# WHAT IS EXPECTED
Print the data below exactly, but only the lines from the one containing "#84=AXIS2_PLACEMENT_3D('',#24,#54,#59);" down to the one containing "#91=ORIENTED_EDGE('',*,*,#90,.F.);", inclusive.

# Stored data
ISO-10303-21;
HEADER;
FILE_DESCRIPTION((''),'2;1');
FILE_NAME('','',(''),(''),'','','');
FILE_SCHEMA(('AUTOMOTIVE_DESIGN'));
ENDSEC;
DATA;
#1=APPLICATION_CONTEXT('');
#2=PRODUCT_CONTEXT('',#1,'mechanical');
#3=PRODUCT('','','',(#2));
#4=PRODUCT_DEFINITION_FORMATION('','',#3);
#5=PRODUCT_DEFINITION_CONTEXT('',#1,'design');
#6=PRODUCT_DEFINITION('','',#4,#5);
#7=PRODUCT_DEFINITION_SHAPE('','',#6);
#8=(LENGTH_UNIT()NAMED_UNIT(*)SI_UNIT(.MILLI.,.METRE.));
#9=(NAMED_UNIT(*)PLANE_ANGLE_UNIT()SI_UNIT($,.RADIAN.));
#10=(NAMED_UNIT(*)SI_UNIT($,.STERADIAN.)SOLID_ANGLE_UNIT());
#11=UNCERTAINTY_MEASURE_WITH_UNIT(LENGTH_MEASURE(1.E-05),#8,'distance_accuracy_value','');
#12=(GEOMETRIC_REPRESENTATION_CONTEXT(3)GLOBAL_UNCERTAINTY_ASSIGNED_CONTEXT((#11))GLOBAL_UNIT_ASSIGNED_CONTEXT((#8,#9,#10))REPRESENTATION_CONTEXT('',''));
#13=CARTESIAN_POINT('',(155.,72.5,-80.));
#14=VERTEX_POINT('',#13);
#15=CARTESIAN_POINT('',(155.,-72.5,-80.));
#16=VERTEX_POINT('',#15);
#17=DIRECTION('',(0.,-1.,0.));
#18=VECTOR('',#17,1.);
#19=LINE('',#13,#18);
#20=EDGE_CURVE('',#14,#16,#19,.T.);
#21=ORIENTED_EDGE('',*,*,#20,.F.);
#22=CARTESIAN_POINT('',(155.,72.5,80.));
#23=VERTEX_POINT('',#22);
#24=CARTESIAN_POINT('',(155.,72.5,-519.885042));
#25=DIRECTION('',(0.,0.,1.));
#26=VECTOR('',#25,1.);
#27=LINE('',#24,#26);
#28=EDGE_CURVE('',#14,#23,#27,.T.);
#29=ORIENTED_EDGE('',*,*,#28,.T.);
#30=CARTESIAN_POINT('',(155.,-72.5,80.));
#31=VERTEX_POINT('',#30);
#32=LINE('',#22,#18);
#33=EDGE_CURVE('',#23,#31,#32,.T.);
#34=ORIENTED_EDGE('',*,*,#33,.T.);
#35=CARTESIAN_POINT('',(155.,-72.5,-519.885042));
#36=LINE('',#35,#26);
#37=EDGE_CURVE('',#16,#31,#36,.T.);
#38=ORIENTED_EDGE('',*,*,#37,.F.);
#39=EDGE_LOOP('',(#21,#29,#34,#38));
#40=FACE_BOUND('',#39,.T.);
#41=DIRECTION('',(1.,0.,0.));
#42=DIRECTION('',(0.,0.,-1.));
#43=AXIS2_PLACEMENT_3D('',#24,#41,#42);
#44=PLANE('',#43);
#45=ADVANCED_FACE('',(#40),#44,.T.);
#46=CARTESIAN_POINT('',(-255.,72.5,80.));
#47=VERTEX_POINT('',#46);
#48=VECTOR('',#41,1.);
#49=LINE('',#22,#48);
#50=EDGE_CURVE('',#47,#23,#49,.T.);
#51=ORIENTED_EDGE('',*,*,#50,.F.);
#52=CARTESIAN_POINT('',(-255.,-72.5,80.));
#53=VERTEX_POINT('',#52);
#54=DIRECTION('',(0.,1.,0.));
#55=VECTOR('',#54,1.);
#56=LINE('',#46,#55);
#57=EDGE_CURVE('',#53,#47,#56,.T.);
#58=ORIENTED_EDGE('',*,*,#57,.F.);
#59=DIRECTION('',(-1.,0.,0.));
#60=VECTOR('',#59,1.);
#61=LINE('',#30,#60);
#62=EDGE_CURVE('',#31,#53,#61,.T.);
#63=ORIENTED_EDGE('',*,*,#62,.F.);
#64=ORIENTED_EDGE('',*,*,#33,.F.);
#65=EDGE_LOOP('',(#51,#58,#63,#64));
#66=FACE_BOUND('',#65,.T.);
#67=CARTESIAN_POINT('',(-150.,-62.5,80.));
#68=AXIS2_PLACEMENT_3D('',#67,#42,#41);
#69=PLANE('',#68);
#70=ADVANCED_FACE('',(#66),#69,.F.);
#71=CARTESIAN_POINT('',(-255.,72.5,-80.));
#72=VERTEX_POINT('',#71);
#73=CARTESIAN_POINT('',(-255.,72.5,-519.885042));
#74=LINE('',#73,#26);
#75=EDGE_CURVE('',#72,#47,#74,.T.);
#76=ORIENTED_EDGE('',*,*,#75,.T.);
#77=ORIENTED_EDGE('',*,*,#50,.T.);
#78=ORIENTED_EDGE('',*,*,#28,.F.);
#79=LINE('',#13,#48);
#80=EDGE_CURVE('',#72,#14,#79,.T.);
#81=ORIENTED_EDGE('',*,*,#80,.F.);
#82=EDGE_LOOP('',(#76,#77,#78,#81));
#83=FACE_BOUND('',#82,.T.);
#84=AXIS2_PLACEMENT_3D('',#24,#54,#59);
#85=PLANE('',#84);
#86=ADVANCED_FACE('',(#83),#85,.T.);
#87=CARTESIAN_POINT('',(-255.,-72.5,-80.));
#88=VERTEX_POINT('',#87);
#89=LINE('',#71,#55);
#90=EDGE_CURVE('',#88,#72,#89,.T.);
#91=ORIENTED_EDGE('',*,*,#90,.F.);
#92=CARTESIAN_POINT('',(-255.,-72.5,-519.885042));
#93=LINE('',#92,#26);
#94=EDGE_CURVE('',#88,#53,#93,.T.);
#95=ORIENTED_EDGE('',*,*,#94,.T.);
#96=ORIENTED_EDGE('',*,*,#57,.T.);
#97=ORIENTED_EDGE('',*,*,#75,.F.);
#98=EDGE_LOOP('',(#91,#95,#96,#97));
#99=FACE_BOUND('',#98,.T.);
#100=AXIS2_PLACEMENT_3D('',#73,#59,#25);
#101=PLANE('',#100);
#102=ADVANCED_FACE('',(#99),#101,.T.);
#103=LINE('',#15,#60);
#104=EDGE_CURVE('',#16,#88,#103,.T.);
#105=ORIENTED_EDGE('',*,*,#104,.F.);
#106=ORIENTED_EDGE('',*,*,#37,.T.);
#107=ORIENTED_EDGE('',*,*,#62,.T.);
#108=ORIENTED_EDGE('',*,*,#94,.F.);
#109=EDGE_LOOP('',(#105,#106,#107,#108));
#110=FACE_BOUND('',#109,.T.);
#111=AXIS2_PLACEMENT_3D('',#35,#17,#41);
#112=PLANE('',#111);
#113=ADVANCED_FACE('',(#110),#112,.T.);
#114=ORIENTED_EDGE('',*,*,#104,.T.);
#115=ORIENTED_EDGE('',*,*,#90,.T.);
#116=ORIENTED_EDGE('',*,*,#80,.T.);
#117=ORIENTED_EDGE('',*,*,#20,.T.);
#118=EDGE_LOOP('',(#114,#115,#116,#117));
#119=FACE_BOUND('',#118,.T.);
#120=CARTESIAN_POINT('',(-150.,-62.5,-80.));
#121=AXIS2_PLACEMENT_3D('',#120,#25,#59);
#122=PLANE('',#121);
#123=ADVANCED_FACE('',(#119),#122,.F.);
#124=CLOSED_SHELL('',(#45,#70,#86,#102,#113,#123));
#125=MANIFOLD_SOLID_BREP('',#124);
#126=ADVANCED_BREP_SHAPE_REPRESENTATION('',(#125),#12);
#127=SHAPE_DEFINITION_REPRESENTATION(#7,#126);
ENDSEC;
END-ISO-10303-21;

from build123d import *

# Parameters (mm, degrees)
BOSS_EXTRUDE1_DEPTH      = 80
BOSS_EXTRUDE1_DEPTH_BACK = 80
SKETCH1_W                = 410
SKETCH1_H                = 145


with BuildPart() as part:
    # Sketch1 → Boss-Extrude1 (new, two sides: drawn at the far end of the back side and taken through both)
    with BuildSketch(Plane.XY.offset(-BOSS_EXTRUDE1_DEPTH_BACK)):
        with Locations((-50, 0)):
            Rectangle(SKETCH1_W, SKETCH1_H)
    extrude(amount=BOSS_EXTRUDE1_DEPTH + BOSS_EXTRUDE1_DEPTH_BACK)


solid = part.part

* * *

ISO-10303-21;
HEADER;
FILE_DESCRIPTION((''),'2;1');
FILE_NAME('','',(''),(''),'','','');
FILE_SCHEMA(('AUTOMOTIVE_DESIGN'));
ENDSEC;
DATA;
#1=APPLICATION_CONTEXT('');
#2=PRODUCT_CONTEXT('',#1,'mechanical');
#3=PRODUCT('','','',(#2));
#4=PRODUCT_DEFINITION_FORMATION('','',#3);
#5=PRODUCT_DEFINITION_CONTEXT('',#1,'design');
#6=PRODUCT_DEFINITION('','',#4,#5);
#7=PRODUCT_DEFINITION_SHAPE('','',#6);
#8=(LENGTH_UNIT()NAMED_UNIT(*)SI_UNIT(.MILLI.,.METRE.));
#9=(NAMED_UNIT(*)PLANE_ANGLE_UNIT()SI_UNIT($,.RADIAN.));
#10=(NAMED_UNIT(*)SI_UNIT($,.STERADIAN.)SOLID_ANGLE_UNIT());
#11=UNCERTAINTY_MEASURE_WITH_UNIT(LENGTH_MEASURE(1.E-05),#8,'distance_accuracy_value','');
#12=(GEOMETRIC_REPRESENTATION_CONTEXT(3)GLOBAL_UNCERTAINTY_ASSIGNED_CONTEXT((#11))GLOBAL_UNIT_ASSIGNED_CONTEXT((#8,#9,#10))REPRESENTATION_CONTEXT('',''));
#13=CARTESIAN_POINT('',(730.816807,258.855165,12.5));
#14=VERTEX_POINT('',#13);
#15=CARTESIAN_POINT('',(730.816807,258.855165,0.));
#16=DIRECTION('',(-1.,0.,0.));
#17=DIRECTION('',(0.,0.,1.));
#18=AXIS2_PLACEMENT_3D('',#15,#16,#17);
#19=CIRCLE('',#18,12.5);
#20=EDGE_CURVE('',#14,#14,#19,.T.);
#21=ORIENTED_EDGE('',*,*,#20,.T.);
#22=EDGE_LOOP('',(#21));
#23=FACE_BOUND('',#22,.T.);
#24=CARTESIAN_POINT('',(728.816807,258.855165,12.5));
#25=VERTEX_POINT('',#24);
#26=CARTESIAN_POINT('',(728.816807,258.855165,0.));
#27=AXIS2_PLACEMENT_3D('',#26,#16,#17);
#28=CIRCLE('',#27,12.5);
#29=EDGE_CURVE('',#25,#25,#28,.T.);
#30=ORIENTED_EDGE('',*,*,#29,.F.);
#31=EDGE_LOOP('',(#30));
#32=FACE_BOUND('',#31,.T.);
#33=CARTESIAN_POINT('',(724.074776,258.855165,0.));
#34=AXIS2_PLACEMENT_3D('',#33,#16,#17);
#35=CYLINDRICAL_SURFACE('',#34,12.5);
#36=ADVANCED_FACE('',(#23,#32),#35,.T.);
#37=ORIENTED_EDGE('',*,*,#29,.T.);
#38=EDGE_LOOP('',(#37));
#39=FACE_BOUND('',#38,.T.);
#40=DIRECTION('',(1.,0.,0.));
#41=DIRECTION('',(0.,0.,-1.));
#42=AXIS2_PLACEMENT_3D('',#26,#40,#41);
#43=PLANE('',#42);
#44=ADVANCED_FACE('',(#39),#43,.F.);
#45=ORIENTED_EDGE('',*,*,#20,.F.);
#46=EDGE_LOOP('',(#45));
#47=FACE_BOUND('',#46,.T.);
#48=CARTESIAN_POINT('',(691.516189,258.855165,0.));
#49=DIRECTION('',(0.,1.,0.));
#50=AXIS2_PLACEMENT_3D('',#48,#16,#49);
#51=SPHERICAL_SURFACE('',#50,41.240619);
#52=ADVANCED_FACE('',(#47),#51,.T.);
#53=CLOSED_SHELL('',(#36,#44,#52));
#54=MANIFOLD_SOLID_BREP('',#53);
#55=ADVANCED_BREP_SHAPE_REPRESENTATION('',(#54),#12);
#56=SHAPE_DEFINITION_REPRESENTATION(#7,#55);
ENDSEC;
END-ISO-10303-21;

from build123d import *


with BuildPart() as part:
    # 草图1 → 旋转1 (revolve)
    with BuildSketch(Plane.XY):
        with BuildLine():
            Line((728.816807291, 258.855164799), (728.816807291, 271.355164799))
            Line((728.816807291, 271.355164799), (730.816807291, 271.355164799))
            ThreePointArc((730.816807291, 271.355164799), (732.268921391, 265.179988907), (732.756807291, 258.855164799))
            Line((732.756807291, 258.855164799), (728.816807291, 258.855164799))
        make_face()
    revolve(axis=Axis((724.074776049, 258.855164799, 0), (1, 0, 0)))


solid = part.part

# RESPONSE BOX
#84=AXIS2_PLACEMENT_3D('',#24,#54,#59);
#85=PLANE('',#84);
#86=ADVANCED_FACE('',(#83),#85,.T.);
#87=CARTESIAN_POINT('',(-255.,-72.5,-80.));
#88=VERTEX_POINT('',#87);
#89=LINE('',#71,#55);
#90=EDGE_CURVE('',#88,#72,#89,.T.);
#91=ORIENTED_EDGE('',*,*,#90,.F.);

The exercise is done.